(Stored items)

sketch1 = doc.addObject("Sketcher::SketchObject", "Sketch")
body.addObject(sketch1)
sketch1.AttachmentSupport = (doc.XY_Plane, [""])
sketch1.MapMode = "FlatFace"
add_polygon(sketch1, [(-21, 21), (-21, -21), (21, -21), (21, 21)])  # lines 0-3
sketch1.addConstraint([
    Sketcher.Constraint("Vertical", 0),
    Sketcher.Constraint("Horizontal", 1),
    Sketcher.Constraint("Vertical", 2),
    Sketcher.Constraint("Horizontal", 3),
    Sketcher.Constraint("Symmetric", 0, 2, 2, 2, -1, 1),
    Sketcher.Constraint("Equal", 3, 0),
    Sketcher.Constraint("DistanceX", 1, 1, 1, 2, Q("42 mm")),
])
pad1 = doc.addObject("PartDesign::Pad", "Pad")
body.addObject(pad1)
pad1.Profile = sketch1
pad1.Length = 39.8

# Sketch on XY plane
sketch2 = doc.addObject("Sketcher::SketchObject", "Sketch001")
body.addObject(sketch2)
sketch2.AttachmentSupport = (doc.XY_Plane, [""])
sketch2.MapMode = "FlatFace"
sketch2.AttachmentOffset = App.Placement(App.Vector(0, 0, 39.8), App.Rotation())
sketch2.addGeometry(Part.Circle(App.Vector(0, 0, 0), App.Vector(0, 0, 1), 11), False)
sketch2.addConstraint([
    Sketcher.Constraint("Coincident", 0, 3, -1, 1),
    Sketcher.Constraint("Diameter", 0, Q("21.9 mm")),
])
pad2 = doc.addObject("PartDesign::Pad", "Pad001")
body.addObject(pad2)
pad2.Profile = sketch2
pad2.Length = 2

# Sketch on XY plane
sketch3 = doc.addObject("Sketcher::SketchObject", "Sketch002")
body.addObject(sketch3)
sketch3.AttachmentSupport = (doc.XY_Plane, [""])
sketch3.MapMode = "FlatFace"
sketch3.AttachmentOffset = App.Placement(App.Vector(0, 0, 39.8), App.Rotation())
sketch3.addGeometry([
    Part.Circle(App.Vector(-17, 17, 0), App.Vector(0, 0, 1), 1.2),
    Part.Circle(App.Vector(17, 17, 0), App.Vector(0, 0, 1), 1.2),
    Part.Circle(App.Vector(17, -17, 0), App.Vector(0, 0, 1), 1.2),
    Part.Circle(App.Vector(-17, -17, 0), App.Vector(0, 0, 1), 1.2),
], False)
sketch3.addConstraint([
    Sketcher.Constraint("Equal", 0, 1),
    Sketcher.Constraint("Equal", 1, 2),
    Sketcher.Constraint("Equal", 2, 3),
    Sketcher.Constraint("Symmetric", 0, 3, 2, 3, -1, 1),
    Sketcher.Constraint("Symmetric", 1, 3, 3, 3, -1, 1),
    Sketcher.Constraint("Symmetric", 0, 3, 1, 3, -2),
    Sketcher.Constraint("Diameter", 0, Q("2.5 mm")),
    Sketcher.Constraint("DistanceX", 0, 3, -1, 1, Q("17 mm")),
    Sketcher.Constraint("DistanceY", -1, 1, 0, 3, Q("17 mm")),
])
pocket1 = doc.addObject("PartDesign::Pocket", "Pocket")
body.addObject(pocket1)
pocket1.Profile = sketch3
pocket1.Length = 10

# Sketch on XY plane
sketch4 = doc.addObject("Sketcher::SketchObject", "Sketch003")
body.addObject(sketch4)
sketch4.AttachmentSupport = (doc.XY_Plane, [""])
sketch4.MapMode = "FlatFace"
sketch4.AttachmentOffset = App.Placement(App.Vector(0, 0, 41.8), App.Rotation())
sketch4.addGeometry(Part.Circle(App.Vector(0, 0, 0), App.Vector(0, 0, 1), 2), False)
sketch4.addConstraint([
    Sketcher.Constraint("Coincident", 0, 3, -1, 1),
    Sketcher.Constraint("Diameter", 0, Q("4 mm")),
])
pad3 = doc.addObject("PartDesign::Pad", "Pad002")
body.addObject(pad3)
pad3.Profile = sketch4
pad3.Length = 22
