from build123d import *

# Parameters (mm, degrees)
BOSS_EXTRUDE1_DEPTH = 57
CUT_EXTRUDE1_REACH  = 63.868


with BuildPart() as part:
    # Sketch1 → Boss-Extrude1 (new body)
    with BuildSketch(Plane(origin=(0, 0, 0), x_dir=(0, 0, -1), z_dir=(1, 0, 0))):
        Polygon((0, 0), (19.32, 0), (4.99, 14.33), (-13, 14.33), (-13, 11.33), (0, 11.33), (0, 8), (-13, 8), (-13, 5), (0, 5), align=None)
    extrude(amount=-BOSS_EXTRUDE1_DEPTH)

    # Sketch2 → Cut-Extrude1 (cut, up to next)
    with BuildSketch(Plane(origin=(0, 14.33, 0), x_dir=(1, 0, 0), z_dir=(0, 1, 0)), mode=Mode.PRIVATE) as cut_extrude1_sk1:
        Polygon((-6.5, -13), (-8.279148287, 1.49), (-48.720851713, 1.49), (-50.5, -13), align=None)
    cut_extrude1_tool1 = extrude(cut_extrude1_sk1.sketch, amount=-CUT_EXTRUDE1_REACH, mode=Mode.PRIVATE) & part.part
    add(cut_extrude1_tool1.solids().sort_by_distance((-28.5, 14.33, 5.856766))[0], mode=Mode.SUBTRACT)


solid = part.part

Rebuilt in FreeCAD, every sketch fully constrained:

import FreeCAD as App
import Part
import Sketcher

V = App.Vector
Q = App.Units.Quantity

doc = App.newDocument("Part")
body = doc.addObject("PartDesign::Body", "Body")

# Sketch on YZ plane
sketch1 = doc.addObject("Sketcher::SketchObject", "Sketch")
body.addObject(sketch1)
sketch1.AttachmentSupport = (doc.YZ_Plane, [""])
sketch1.MapMode = "FlatFace"
sketch1.addGeometry([
    Part.LineSegment(V(0, 0, 0), V(0, -19.3, 0)),  # 0
    Part.LineSegment(V(0, -19.3, 0), V(14.3, -5, 0)),  # 1
    Part.LineSegment(V(14.3, -5, 0), V(14.3, 13, 0)),  # 2
    Part.LineSegment(V(14.3, 13, 0), V(11.3, 13, 0)),  # 3
    Part.LineSegment(V(11.3, 13, 0), V(11.3, 0, 0)),  # 4
    Part.LineSegment(V(11.3, 0, 0), V(8, 0, 0)),  # 5
    Part.LineSegment(V(8, 0, 0), V(8, 13, 0)),  # 6
    Part.LineSegment(V(8, 13, 0), V(5, 13, 0)),  # 7
    Part.LineSegment(V(5, 13, 0), V(5, 0, 0)),  # 8
    Part.LineSegment(V(5, 0, 0), V(0, 0, 0)),  # 9
], False)
sketch1.addConstraint([
    Sketcher.Constraint("Coincident", 0, 2, 1, 1),
    Sketcher.Constraint("Coincident", 1, 2, 2, 1),
    Sketcher.Constraint("Coincident", 2, 2, 3, 1),
    Sketcher.Constraint("Coincident", 3, 2, 4, 1),
    Sketcher.Constraint("Coincident", 4, 2, 5, 1),
    Sketcher.Constraint("Coincident", 5, 2, 6, 1),
    Sketcher.Constraint("Coincident", 6, 2, 7, 1),
    Sketcher.Constraint("Coincident", 7, 2, 8, 1),
    Sketcher.Constraint("Coincident", 8, 2, 9, 1),
    Sketcher.Constraint("Coincident", 9, 2, 0, 1),
    Sketcher.Constraint("Vertical", 0),
    Sketcher.Constraint("Vertical", 2),
    Sketcher.Constraint("Horizontal", 3),
    Sketcher.Constraint("Vertical", 4),
    Sketcher.Constraint("Horizontal", 5),
    Sketcher.Constraint("Vertical", 6),
    Sketcher.Constraint("Horizontal", 7),
    Sketcher.Constraint("Vertical", 8),
    Sketcher.Constraint("Horizontal", 9),
    Sketcher.Constraint("Coincident", 9, 2, -1, 1),
    Sketcher.Constraint("PointOnObject", 4, 2, -1),
    Sketcher.Constraint("Horizontal", 3, 2, 6, 2),
    Sketcher.Constraint("Equal", 3, 7),
    Sketcher.Constraint("DistanceX", 3, 2, 3, 1, Q("3 mm")),
    Sketcher.Constraint("DistanceX", 9, 2, 9, 1, Q("5 mm")),
    Sketcher.Constraint("DistanceY", 4, 2, 4, 1, Q("13 mm")),
    Sketcher.Constraint("Angle", 1, Q("45 deg")),
    Sketcher.Constraint("DistanceX", 5, 2, 5, 1, Q("3.33 mm")),
    Sketcher.Constraint("DistanceY", 0, 2, 0, 1, Q("19.32 mm")),
])
pad1 = doc.addObject("PartDesign::Pad", "Pad")
body.addObject(pad1)
pad1.Profile = sketch1
pad1.Length = 57
pad1.Reversed = True

# Sketch on XZ plane
sketch2 = doc.addObject("Sketcher::SketchObject", "Sketch001")
body.addObject(sketch2)
sketch2.AttachmentSupport = (doc.XZ_Plane, [""])
sketch2.MapMode = "FlatFace"
sketch2.AttachmentOffset = App.Placement(V(0, 0, -14.33), App.Rotation())
sketch2.addGeometry([
    Part.LineSegment(V(-6, 13, 0), V(-8, -1, 0)),
    Part.LineSegment(V(-8, -1, 0), V(-49, -1, 0)),
    Part.LineSegment(V(-49, -1, 0), V(-50, 13, 0)),
    Part.LineSegment(V(-50, 13, 0), V(-6, 13, 0)),
], False)
sketch2.addConstraint([
    Sketcher.Constraint("Coincident", 0, 2, 1, 1),
    Sketcher.Constraint("Coincident", 1, 2, 2, 1),
    Sketcher.Constraint("Coincident", 2, 2, 3, 1),
    Sketcher.Constraint("Coincident", 3, 2, 0, 1),
    Sketcher.Constraint("Horizontal", 1),
    Sketcher.Constraint("Horizontal", 3),
    Sketcher.Constraint("Equal", 0, 2),
    Sketcher.Constraint("DistanceX", 3, 1, 3, 2, Q("44 mm")),
    Sketcher.Constraint("Angle", 0, Q("-97 deg")),
    Sketcher.Constraint("DistanceY", -1, 1, 2, 2, Q("13 mm")),
    Sketcher.Constraint("DistanceX", 2, 2, -1, 1, Q("50.5 mm")),
    Sketcher.Constraint("DistanceY", 0, 2, -1, 1, Q("1.49 mm")),
])
pocket1 = doc.addObject("PartDesign::Pocket", "Pocket")
body.addObject(pocket1)
pocket1.Profile = sketch2
pocket1.Length = 14.33
pocket1.Reversed = True

doc.recompute()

*WHAT THE TASK REQUIRES:*
Find every line in the records above that contains the word "align", and copy each one.

*COMPLETED TASK:*
        Polygon((0, 0), (19.32, 0), (4.99, 14.33), (-13, 14.33), (-13, 11.33), (0, 11.33), (0, 8), (-13, 8), (-13, 5), (0, 5), align=None)
        Polygon((-6.5, -13), (-8.279148287, 1.49), (-48.720851713, 1.49), (-50.5, -13), align=None)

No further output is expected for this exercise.